The Weekly Shriek -- Explosions

Joyce Faulkner
Everyone's a critic

I once wrote a thriller about an aging serial killer who lured his prey through the internet -- and an identity thief who phished for victims online. They find each other -- and chaos ensues. I finished it up on a dark and stormy night -- and asked a variety of friends to read it and give me their opinions.

"You need to punch up the ending," my friend Bobby Blades said.

"How so?"

"You spent two hundred pages making me hate this guy. I want to see him get what's coming to him."

"She runs over him with a Subaru."

"Too easy. I want him to suffer."

"Hmm."

Bobby is a professional wrestler turned horror writer. Drama and violence are intertwined in his world. However, I accepted his point and added a few well-placed kicks and punches to my characters' final interaction.

"You need a chase scene," my friend Jim told me.

"She kicks him in the face, runs back to her vehicle and then runs over him in the Sears' parking lot."

"Not exciting enough. They need to speed through the town with lights flashing and sirens wailing."

"Hmm."

Jim is a firefighter turned adventure writer. Action is in his blood. However, I accepted his critique and had my antagonist roar through Sewickley in a bus-sized recreational vehicle with my protagonist in her souped-up Subaru in close pursuit. That way I could have the local cops chase them until everyone hits I79 where the Pennsylvania State Police could jump into the fray before passing the lead over to the West Virginia Troopers at Wheeling. Then, as the heroine and villain race over the bridge into Ohio heading for the Sears parking lot in Belmont, one of the chasers can crash into the guard rail, which brings out paramedics and the like. Then, everyone can stop at Denny's for a Grand Slam and then go play a few slots before heading back to Pittsburgh -- or where ever else they came from. It was a thin plot device, I grant you -- but it did have flashing lights and sirens.

"You need motor cycles," my friend Ambrose informed me.

"I have them in bus-sized recreational vehicles, luxury sedans, fire engines, ambulances and cop cars."

"Really bad bad guys ride Harleys."

Ambrose is a biker turned poet. Leather and chrome makes his heart beat faster. However, I accepted his suggestion and added the Biker Twins from Hell to my list of exotic characters chasing the bad guy toward his demise at Sears.

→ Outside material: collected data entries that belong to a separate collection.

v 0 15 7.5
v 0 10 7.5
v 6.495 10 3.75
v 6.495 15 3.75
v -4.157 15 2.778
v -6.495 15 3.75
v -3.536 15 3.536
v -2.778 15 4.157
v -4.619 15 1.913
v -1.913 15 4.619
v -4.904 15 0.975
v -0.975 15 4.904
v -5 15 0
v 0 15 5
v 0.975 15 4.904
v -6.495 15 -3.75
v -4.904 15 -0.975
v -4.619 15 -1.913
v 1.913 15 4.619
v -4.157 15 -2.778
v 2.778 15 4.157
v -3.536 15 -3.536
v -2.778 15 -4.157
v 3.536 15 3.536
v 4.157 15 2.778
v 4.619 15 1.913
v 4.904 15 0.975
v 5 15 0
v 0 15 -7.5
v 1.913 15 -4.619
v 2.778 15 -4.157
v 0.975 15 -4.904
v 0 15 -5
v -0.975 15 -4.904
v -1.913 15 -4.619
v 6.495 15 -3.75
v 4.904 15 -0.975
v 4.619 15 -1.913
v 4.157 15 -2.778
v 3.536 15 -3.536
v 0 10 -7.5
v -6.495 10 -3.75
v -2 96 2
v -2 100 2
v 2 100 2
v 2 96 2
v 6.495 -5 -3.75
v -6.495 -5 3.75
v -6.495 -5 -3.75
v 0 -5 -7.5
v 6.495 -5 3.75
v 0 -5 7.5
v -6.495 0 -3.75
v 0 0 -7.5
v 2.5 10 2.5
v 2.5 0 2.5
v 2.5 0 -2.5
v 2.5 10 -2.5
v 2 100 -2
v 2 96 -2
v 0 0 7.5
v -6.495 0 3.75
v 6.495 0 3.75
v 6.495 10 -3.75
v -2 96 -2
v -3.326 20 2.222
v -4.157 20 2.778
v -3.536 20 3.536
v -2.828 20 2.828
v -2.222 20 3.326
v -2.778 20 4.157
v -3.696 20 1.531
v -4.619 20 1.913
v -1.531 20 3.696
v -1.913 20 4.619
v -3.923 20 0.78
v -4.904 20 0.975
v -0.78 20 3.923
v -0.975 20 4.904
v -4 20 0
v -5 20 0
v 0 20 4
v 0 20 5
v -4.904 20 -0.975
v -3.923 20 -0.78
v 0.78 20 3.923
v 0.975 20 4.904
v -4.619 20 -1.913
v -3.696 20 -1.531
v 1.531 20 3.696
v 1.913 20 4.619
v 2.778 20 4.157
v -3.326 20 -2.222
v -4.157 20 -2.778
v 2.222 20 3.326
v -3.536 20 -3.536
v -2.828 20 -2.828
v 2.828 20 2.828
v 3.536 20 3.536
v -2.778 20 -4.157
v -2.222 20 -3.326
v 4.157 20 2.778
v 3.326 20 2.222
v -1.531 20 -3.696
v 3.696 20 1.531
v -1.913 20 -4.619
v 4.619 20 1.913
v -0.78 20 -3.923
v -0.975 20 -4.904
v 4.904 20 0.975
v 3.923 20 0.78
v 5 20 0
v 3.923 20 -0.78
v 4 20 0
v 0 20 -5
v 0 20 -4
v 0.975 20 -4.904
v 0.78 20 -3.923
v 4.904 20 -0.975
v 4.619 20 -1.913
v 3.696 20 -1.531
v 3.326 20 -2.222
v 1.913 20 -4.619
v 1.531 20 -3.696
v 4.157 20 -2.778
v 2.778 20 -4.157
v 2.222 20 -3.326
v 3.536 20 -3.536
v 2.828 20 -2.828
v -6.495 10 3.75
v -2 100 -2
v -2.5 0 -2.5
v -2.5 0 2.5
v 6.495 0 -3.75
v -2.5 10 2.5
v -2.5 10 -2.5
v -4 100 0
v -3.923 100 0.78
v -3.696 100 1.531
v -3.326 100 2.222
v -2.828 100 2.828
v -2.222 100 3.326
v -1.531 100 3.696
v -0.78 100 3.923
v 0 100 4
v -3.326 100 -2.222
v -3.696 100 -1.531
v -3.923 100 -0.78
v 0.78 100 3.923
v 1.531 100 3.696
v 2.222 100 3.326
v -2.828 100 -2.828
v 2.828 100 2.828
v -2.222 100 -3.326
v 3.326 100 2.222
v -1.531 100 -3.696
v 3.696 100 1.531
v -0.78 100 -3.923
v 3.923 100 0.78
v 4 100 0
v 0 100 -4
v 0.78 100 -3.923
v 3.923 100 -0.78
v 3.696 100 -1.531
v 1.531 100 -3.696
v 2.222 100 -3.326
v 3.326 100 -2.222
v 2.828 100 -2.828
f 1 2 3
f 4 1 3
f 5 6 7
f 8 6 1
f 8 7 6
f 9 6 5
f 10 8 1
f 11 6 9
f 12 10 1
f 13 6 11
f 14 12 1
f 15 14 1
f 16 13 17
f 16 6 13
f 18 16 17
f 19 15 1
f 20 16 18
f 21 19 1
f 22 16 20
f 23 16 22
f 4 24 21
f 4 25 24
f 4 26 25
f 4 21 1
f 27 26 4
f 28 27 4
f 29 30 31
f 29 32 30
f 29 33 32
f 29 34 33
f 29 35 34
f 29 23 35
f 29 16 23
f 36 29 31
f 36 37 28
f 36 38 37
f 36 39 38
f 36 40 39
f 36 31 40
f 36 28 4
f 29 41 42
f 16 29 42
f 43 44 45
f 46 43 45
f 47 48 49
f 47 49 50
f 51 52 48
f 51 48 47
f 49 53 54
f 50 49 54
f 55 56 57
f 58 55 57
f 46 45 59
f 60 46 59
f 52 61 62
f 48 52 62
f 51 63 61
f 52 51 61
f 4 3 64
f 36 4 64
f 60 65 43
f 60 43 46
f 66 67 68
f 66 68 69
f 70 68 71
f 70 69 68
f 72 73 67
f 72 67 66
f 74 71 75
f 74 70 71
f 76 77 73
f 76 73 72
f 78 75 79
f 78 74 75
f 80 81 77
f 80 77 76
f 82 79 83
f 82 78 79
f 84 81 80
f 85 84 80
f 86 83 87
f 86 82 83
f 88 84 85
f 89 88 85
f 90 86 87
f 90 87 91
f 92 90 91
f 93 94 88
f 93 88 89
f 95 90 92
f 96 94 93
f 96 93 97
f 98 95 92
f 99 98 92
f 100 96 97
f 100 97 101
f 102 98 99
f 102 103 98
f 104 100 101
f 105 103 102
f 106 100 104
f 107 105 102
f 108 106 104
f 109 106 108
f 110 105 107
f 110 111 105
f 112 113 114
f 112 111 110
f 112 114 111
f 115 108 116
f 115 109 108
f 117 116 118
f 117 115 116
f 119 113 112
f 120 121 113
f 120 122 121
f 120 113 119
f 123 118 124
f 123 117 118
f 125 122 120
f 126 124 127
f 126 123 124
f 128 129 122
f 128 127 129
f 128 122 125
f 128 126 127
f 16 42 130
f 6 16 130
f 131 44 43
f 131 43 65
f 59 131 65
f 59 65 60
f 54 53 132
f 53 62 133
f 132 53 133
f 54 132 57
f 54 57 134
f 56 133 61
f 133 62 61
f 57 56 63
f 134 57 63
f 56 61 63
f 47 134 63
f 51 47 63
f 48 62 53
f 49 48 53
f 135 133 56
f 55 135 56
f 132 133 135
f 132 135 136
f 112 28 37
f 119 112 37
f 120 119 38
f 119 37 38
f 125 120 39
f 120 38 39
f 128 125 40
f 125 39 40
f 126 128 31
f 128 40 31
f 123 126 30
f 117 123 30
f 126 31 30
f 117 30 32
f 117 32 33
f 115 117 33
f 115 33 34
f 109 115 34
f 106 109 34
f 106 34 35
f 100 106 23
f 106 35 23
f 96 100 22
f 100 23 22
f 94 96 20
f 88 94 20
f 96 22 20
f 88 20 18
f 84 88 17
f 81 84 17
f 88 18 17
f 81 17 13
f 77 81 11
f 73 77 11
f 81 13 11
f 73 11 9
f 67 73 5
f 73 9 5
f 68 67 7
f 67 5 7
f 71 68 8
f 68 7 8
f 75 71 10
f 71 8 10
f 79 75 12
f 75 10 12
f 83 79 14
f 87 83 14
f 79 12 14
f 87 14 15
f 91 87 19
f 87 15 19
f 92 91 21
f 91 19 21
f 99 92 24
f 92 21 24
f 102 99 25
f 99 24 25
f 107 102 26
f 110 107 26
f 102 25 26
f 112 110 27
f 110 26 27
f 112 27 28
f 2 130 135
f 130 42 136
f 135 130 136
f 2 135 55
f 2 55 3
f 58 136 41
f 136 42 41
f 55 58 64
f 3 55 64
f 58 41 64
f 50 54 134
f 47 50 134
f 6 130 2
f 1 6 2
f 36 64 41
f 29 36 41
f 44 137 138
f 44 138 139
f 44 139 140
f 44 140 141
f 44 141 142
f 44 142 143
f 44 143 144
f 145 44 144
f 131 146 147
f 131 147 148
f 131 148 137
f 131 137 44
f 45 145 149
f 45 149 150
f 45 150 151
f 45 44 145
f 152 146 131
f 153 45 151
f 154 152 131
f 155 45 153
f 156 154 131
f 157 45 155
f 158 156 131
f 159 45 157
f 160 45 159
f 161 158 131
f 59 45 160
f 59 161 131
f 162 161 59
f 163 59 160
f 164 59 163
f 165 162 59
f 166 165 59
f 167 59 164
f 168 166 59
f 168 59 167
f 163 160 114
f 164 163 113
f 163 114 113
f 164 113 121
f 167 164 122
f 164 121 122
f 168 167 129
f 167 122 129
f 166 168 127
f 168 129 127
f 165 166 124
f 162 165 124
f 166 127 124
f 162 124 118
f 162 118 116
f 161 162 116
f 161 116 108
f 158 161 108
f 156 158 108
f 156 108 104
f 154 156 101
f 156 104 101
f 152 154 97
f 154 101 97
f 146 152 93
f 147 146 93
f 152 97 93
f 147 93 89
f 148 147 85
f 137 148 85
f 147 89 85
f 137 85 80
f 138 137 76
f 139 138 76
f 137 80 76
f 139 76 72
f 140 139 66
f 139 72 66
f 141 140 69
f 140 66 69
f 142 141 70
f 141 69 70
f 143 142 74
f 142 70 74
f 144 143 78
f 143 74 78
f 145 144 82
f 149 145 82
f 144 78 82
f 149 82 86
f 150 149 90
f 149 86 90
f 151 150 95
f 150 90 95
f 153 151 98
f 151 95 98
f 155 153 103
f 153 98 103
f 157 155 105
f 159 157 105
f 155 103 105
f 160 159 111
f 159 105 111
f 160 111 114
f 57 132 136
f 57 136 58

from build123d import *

# Parameters (mm, degrees)
SKETCH1_W           = 5
SKETCH1_H           = 5
BOSS_EXTRUDE1_DEPTH = 10
BOSS_EXTRUDE2_DEPTH = 5
BOSS_EXTRUDE3_DEPTH = 5
SKETCH4_R           = 5
BOSS_EXTRUDE4_DEPTH = 5
SKETCH5_R           = 4
BOSS_EXTRUDE5_DEPTH = 80
SKETCH6_W           = 4
SKETCH6_H           = 4
CUT_EXTRUDE1_DEPTH  = 4


with BuildPart() as part:
    # Sketch1 → Boss-Extrude1 (new body)
    with BuildSketch(Plane(origin=(0, 0, 0), x_dir=(1, 0, 0), z_dir=(0, 1, 0))):
        Rectangle(SKETCH1_W, SKETCH1_H)
    extrude(amount=BOSS_EXTRUDE1_DEPTH)

    # Sketch2 → Boss-Extrude2 (add)
    with BuildSketch(Plane.XZ):
        Polygon((0, 7.5), (-6.495190528, 3.75), (-6.495190528, -3.75), (0, -7.5), (6.495190528, -3.75), (6.495190528, 3.75), align=None)
    extrude(amount=BOSS_EXTRUDE2_DEPTH)

    # Sketch3 → Boss-Extrude3 (add)
    with BuildSketch(Plane(origin=(0, 10, 0), x_dir=(1, 0, 0), z_dir=(0, 1, 0))):
        Polygon((0, -7.5), (6.495190528, -3.75), (6.495190528, 3.75), (0, 7.5), (-6.495190528, 3.75), (-6.495190528, -3.75), align=None)
    extrude(amount=BOSS_EXTRUDE3_DEPTH)

    # Sketch4 → Boss-Extrude4 (add)
    with BuildSketch(Plane(origin=(0, 15, 0), x_dir=(1, 0, 0), z_dir=(0, 1, 0))):
        Circle(SKETCH4_R)
    extrude(amount=BOSS_EXTRUDE4_DEPTH)

    # Sketch5 → Boss-Extrude5 (add)
    with BuildSketch(Plane(origin=(0, 20, 0), x_dir=(1, 0, 0), z_dir=(0, 1, 0))):
        Circle(SKETCH5_R)
    extrude(amount=BOSS_EXTRUDE5_DEPTH)

    # Sketch6 → Cut-Extrude1 (cut)
    with BuildSketch(Plane(origin=(0, 100, 0), x_dir=(1, 0, 0), z_dir=(0, 1, 0))):
        Rectangle(SKETCH6_W, SKETCH6_H)
    extrude(amount=-CUT_EXTRUDE1_DEPTH, mode=Mode.SUBTRACT)


solid = part.part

"There's no pizzazz," my husband Johnny told me.

"The identity thief and a collection of odd characters in every type of wheeled vehicle known to man chase the serial killer across two states. Once they lose everyone else, she confronts him in a Sears parking lot, punches his lights out -- and runs over him with her SUV."

"Borrrrring. Needs sparks."

"Hmm."

Johnny is an electrical engineer turned electrical engineer. He loves lightning and shiny objects. However, I realized that he had a point and added a Taser to the final confrontation.

"He's evil," my friend Helen told me.

"Yes?" I folded my arms over my chest and waited.

"Well, you know -- the old good versus evil thing."

"Yes?"

"Evil doesn't go down that easily."

"Hmm."

Helen is Catholic turned philosopher -- and evil is an important concept for her. However, I accepted her point and had the heroine finish off the exhausted, smacked, stunned, squashed villain with a baseball bat.

"Is that all?" my son Nate asked.

Nate is -- well, Nate.

I sighed. "What more do you want?"

"Explosions."

"Hmm."

"Big explosions."

"Yes, Nate."

"You know -- like that movie "Speed?"

"Uh huh."

"They even blew a shark to smithereens in 'Jaws.'"

"Okay."

"Nitro."

"Will do."

"Plastics."

"You got it."

"TNT."

I paused with my fingers over the keyboard. It seemed like a waste of a big boom to blow up one measly serial killer in an RV in the Sears parking lot in Belmont, Ohio.

"What the heck are you doing," Johnny asked a couple hours later.

"Writing, why?"

"The sound of typing is deafening."

"I'm blowing up the serial killer and the RV and the cops and the identity thief and the Subaru and the fire engines and ambulances and the motorcycles and the ..."

"Oh," he said. "You've been talking to Nate?"